Modulating delirium through stimulation (MoDeSt): study protocol for a randomized, double-blind, sham-controlled trial assessing the effect of postoperative transcranial electrical stimulation on delirium incidence.

Abstract

Background: Postoperative delirium (POD) is the most common neurological adverse event among elderly patients undergoing surgery. POD is associated with an increased risk for postoperative complications, long-term cognitive decline, an increase in morbidity and mortality as well as extended hospital stays. Delirium prevention and treatment options are currently limited. This study will evaluate the effect of transcranial electrical stimulation (tES) on the incidence of POD.
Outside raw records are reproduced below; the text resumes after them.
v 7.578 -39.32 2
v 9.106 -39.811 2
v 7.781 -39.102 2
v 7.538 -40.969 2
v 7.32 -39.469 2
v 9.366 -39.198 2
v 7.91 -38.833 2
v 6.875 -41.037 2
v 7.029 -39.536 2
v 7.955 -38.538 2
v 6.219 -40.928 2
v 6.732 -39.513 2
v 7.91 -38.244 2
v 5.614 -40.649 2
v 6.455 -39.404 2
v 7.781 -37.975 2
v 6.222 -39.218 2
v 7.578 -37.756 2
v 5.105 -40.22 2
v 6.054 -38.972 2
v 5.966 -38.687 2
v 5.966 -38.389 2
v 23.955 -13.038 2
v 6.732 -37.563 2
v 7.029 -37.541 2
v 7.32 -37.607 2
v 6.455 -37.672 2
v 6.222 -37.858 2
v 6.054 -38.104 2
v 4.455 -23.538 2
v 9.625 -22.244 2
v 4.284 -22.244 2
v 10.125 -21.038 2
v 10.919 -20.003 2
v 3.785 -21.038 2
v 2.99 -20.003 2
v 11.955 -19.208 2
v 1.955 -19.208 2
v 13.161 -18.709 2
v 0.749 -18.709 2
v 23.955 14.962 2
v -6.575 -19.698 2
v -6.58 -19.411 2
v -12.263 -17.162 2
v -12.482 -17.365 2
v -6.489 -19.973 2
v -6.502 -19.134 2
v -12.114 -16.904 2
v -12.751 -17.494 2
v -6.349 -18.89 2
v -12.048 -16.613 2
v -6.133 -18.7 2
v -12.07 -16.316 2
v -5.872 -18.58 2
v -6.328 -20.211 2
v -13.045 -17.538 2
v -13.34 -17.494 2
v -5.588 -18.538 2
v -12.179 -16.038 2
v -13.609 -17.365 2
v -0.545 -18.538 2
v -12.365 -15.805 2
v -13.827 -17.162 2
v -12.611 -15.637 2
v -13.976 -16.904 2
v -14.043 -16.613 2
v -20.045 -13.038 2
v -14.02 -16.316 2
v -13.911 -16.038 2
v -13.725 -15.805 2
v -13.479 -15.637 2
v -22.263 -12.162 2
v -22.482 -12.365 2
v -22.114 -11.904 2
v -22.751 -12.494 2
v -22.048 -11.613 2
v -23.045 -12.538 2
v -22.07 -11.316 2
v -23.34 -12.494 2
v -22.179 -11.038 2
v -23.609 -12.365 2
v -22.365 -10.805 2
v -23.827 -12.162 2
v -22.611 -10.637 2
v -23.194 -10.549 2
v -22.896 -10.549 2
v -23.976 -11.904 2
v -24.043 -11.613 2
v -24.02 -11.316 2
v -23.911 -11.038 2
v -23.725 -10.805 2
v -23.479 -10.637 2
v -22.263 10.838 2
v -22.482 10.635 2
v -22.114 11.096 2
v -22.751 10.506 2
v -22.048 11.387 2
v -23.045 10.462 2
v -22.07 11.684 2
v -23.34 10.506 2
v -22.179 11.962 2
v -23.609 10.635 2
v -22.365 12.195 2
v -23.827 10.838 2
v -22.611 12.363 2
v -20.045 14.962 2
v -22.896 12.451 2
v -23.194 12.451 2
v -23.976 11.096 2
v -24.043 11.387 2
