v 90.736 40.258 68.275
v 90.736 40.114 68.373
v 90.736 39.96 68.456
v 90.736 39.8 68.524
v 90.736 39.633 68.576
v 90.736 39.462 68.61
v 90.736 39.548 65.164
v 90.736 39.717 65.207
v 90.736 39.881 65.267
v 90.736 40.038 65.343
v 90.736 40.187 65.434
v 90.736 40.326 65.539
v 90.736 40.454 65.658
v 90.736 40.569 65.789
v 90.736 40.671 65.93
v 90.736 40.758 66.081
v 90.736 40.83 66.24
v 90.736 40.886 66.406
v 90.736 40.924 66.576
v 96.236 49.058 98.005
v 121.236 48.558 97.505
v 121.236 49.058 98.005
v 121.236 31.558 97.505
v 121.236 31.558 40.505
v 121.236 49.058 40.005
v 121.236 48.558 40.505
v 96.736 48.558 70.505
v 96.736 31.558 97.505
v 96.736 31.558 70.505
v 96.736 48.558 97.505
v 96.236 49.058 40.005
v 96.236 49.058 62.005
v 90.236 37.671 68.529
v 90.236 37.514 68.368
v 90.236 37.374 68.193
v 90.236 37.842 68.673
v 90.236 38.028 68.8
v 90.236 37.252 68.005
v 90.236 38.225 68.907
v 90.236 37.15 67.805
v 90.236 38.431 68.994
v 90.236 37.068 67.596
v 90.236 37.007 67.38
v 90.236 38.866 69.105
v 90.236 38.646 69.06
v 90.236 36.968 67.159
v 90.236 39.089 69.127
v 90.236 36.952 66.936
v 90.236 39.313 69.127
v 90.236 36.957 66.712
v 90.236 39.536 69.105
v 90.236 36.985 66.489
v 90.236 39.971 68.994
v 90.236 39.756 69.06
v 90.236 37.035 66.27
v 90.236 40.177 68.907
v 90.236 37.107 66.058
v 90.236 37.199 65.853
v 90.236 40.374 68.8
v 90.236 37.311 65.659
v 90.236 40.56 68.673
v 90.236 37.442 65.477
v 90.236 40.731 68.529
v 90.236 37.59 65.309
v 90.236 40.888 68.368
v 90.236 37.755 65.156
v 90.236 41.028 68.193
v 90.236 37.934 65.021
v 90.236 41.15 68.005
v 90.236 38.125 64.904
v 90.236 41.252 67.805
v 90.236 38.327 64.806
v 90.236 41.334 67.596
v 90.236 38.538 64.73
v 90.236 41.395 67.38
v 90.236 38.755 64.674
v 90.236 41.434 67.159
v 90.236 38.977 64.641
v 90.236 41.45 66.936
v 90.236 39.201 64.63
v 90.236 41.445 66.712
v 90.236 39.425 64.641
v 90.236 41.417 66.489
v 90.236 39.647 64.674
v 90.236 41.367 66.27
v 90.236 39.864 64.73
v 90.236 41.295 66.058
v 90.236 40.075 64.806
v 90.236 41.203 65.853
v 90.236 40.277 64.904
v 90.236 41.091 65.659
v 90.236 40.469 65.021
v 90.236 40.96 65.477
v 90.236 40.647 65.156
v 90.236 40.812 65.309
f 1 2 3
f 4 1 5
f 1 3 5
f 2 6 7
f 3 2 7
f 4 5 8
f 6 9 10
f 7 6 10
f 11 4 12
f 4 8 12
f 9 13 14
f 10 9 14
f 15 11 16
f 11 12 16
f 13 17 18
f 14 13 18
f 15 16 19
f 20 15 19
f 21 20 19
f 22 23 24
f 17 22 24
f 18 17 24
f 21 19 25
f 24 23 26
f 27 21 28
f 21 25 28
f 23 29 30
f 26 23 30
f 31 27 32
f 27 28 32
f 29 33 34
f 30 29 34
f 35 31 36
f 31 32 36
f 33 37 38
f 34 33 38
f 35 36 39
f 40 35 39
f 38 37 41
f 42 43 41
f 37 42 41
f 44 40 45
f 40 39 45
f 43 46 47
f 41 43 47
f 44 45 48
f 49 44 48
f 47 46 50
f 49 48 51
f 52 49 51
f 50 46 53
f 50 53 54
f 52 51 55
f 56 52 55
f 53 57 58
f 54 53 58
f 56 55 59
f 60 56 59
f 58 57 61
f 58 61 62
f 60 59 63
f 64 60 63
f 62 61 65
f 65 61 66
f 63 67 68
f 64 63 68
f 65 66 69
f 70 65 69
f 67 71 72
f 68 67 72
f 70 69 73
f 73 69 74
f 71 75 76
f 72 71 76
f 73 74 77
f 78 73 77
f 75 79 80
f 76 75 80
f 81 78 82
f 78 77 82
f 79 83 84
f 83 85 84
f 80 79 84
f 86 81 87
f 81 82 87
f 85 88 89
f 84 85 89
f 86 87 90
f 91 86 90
Methods: We will perform a randomized, double-blind, sham-controlled trial using single-session postoperative application of tES in the recovery room in 225 patients (> 65 years) undergoing elective major surgery. Patients will be randomly allocated (ratio 1:1:1) to one of three study groups: (1) alpha-tACS over posterior parietal cortex [2 mA, 20 min], (2) anodal tDCS over left dorsolateral prefrontal cortex [2 mA, 20 min], (3) sham [2 mA, 30 s]. Delirium will be screened twice daily with the 3-min diagnostic interview Confusion Assessment Method (3D-CAM) in the 5 days following surgery. The primary outcome is the incidence of POD defined as at least one positive screening during the five first postoperative days compared between tACS and sham groups. Secondary outcomes include delirium severity, duration, phenotype, postoperative pain, postoperative nausea and vomiting, electroencephalographic (EEG) markers, and fluid biomarkers.

Discussion: If effective, tES is a novel, easily applicable, non-invasive method to prevent the occurrence of POD. The comprehensive neurophysiological and biofluid assessments for markers of (neuro-)inflammation and neurodegeneration will shed light on the pathomechanisms behind POD and further elucidate the (after-)effects of tES. The potential implications for the postoperative recovery comprise enhanced patient safety, neurocognitive outcome, perioperative manageability but also reduced healthcare costs.

Trial registration: German Clinical Trial Registry DRKS00033703. Registered on February 23, 2024.